Os países escolhidos foram Camboja, Finlândia, Quênia, Peru e o Brasil, este último 
já estudado na Unidade 2, e são países que apresentam realidades muito diferentes, 
que vão desde o modelo de governo ao grau de investimento do Produto Interno 
Bruto (PIB) em Educação, porém, que em matéria de educação, demonstraram o 
mesmo nível de preocupação com seus estudantes. 
O estudo definiu o currículo como a ferramenta que guia todos os aspectos 
básicos da educação, que definem a qualidade, a inclusão, a relevância, o 
conteúdo, a aprendizagem, o ensino, a avaliação e também os ambientes de ensino e 
aprendizagem, entre outros. É com ele que torna-se possível entender os 
objetivos, os anseios e os desejos de um país. 
O objetivo do IBE foi conseguir compreender, de forma geral e aprofundada, 
as tendências mundiais e regionais do quadro curricular contemporâneo, 
verificando, dentre outras questões, quais países inseriram em suas práticas novas 
tecnologias e metodologias de ensino e quais as suas principais preocupações.
Oliveira (2019) se aprofundou nas informações desse estudo da Unesco e 
apresentou uma comparação entre os currículos.

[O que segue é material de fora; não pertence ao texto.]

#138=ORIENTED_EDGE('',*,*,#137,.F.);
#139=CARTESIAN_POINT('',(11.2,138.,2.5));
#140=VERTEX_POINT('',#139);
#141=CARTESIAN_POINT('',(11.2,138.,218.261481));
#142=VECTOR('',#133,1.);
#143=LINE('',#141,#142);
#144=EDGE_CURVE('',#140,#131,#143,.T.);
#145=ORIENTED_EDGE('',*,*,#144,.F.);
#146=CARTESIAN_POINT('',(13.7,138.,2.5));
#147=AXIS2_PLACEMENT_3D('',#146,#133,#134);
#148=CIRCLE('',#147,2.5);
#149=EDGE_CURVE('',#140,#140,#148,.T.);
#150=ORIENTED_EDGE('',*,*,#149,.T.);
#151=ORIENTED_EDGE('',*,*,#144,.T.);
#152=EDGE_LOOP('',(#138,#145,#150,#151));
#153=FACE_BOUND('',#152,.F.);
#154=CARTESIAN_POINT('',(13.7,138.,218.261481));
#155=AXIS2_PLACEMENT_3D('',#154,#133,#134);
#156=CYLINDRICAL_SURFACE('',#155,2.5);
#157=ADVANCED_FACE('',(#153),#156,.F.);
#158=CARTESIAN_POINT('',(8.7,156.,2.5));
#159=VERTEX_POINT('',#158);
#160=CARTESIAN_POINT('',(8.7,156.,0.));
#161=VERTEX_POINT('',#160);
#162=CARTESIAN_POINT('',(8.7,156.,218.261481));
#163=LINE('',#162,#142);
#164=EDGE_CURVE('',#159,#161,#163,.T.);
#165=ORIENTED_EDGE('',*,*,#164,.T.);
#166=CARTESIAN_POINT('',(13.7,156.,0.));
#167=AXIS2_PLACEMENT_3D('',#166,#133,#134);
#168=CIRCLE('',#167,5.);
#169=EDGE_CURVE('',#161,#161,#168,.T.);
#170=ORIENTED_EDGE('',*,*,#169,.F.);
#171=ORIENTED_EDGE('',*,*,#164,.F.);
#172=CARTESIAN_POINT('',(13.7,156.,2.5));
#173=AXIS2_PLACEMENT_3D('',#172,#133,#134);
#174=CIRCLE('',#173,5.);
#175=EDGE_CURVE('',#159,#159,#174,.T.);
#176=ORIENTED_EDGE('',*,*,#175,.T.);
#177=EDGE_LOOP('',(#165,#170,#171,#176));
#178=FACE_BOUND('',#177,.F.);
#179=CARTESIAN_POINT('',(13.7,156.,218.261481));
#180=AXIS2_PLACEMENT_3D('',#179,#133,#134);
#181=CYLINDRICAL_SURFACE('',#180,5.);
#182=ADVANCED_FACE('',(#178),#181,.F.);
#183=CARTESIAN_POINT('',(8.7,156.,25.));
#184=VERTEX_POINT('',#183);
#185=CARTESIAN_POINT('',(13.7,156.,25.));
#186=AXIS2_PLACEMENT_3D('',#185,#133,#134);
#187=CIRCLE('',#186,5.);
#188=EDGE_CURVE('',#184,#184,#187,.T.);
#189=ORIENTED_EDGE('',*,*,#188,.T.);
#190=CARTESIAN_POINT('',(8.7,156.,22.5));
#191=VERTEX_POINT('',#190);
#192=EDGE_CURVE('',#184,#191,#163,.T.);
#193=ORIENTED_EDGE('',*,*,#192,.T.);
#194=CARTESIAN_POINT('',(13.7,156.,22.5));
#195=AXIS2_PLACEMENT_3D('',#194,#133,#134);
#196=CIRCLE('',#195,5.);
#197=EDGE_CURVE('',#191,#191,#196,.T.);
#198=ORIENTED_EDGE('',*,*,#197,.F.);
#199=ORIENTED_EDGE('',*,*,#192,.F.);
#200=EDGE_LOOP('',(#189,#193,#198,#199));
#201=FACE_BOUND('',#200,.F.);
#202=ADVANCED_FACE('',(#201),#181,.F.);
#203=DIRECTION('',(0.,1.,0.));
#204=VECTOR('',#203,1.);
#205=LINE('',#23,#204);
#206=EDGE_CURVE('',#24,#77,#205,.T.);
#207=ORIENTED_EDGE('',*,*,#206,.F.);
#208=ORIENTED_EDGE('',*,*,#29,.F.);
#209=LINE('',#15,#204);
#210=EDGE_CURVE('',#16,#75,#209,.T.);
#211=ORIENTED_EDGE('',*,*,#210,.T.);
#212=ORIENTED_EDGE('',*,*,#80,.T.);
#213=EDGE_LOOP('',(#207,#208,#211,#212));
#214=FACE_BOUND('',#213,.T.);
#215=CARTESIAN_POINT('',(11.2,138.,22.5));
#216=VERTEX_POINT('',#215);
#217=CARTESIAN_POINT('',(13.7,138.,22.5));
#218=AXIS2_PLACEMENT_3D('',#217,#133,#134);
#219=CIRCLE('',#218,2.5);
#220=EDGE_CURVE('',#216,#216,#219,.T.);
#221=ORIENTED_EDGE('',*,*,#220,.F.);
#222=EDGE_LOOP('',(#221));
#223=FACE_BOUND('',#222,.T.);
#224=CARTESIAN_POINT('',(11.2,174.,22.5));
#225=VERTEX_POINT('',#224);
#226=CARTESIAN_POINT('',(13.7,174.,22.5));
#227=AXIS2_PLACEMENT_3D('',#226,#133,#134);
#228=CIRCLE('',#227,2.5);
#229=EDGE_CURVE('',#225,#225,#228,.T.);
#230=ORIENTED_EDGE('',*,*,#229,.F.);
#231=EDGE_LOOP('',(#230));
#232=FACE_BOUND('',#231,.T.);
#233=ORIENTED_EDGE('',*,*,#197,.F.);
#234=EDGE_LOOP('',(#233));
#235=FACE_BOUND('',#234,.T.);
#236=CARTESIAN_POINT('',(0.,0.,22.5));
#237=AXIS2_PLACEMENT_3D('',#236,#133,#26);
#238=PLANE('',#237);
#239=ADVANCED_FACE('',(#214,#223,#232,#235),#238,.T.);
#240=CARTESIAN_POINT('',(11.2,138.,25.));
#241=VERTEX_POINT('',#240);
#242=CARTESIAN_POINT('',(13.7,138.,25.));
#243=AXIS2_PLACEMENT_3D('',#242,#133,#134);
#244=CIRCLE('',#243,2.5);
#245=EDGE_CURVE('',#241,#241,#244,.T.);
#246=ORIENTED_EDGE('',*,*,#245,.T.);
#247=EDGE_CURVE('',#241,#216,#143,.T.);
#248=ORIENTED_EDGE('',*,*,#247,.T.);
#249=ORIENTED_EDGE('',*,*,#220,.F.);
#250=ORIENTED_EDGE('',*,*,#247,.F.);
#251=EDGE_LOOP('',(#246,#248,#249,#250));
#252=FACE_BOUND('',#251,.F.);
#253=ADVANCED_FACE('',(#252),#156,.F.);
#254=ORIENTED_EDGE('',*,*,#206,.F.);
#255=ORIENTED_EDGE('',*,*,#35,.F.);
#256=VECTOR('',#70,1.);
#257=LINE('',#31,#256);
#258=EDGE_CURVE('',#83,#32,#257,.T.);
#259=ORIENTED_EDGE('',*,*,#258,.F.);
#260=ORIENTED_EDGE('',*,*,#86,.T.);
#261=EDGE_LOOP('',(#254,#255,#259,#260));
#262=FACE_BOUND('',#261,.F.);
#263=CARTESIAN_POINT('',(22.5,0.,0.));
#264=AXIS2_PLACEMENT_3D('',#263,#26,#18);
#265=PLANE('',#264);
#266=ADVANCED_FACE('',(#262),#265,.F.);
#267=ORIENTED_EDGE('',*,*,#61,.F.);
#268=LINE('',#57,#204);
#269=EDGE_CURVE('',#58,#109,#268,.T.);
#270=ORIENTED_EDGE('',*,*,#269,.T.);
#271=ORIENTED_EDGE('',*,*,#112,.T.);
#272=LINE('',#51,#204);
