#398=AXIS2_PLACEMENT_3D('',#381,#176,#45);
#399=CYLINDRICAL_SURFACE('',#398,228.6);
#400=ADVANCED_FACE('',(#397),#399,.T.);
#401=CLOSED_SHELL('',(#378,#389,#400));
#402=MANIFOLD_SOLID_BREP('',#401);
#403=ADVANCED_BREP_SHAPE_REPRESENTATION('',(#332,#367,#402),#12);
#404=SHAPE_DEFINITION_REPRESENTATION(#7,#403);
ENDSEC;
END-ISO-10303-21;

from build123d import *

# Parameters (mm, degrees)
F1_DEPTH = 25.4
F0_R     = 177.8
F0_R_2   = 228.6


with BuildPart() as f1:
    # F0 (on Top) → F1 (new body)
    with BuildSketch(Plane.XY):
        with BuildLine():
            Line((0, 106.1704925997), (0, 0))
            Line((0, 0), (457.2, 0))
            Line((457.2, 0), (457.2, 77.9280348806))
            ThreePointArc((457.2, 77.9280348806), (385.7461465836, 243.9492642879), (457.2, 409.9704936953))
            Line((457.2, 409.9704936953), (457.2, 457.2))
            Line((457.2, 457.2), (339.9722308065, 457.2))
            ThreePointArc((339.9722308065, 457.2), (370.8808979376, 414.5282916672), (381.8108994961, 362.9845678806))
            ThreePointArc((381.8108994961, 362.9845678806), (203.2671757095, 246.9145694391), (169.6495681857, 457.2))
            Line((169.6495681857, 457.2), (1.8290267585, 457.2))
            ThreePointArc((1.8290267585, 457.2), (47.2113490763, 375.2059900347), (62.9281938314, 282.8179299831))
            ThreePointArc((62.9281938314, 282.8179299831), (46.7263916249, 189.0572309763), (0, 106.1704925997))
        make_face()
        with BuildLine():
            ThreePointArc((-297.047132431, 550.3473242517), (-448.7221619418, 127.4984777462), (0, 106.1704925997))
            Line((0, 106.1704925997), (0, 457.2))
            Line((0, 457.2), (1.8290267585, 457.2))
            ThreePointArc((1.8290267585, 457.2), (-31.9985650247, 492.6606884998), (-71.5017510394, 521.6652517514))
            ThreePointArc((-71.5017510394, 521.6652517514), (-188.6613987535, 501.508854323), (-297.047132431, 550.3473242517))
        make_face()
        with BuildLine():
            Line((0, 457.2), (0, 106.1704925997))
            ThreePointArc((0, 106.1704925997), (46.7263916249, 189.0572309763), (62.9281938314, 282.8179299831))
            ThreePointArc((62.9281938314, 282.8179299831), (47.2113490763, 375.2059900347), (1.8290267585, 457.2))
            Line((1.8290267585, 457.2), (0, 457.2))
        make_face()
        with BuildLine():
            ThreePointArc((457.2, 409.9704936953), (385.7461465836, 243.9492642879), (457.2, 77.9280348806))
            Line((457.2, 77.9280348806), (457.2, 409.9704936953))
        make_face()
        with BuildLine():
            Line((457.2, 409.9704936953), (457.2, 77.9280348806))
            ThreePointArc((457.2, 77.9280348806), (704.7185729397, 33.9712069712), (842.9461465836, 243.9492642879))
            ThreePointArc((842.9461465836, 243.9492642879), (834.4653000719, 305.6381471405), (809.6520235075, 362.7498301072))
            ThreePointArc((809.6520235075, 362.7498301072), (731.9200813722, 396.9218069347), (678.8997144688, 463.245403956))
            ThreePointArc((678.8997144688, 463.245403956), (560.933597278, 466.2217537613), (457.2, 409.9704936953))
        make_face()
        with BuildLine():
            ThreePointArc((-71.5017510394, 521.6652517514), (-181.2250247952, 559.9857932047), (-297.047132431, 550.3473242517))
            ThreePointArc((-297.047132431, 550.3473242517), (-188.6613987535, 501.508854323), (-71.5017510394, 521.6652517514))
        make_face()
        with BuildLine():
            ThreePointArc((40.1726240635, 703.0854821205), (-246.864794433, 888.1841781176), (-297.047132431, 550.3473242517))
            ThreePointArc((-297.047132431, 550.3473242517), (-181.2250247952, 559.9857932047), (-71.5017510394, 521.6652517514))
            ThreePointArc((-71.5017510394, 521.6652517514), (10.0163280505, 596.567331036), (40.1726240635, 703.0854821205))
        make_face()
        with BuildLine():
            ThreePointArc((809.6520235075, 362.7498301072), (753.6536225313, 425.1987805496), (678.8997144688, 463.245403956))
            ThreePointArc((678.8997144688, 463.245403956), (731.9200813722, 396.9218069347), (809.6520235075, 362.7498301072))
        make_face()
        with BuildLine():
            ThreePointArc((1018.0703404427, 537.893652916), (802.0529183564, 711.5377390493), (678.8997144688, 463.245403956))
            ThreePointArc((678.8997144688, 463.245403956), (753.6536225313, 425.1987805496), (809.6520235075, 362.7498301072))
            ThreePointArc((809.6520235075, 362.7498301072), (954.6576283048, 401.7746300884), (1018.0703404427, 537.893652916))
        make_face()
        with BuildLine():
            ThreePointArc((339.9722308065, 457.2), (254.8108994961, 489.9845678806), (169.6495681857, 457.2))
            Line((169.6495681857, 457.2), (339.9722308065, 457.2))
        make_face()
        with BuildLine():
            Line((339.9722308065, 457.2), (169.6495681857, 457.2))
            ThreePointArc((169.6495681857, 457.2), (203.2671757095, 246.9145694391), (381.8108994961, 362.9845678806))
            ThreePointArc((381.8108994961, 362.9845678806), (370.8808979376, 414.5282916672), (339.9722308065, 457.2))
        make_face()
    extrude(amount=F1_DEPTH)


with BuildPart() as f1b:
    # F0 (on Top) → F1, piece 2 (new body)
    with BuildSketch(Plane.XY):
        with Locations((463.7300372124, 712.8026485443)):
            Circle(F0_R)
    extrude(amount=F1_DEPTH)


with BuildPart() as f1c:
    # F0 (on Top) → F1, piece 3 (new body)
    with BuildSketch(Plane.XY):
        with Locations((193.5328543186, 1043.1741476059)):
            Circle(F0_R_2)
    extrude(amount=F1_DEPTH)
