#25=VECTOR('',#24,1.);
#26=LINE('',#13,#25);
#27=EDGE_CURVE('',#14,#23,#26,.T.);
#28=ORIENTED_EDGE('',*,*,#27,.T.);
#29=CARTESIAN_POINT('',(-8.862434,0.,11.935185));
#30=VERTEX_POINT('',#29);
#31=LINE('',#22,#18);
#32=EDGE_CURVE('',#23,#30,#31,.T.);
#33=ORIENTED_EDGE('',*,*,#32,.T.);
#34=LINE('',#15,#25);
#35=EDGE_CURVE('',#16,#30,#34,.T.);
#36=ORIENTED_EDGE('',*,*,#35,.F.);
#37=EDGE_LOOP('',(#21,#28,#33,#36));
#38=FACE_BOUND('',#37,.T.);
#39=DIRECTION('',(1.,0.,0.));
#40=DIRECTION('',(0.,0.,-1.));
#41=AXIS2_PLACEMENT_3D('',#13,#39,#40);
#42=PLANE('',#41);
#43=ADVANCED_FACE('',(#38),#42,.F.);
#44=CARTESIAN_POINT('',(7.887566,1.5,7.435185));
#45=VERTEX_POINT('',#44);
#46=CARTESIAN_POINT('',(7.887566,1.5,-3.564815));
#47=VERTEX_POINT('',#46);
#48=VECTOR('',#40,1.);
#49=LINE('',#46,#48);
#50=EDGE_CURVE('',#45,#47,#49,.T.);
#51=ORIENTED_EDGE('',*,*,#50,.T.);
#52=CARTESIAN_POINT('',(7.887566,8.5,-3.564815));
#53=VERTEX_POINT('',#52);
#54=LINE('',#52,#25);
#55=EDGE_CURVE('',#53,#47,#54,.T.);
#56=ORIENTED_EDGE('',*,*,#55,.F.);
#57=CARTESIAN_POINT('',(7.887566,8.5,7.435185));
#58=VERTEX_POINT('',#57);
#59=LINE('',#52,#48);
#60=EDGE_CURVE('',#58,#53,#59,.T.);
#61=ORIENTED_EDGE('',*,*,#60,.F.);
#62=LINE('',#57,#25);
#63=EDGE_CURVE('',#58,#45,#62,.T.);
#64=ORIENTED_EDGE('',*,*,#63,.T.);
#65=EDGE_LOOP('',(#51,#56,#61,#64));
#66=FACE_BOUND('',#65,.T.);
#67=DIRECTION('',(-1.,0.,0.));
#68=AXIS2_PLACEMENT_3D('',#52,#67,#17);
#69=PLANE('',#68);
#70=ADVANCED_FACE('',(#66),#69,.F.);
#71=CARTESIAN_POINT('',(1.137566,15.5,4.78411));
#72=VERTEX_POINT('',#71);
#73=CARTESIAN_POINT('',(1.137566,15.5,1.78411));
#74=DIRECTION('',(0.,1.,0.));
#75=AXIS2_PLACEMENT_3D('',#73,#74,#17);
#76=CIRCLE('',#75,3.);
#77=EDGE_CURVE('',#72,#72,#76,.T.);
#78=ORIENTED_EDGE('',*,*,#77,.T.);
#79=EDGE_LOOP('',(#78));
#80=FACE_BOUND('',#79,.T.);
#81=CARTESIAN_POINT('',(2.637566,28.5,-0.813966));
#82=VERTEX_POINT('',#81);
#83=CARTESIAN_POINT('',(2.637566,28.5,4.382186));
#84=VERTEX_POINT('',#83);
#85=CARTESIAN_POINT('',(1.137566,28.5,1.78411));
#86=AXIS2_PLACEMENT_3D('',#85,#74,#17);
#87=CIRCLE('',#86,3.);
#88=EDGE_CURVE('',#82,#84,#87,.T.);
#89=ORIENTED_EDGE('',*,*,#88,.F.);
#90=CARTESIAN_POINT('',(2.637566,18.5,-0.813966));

Vejamos como ficou essa 
comparação. 
Vale ressaltar que ela foi realizada em 2019 e levou em consideração o ano em 
que ocorreu a reforma curricular em cada um dos países estudados, sendo que no 
Brasil foi em 2017, no Camboja em 2015, na Finlândia em 2014, no Quênia em 
2017 e no Peru em 2016, o que significa que podemos ter alguns dados mais atuais 
no caso de um novo estudo a ser realizado.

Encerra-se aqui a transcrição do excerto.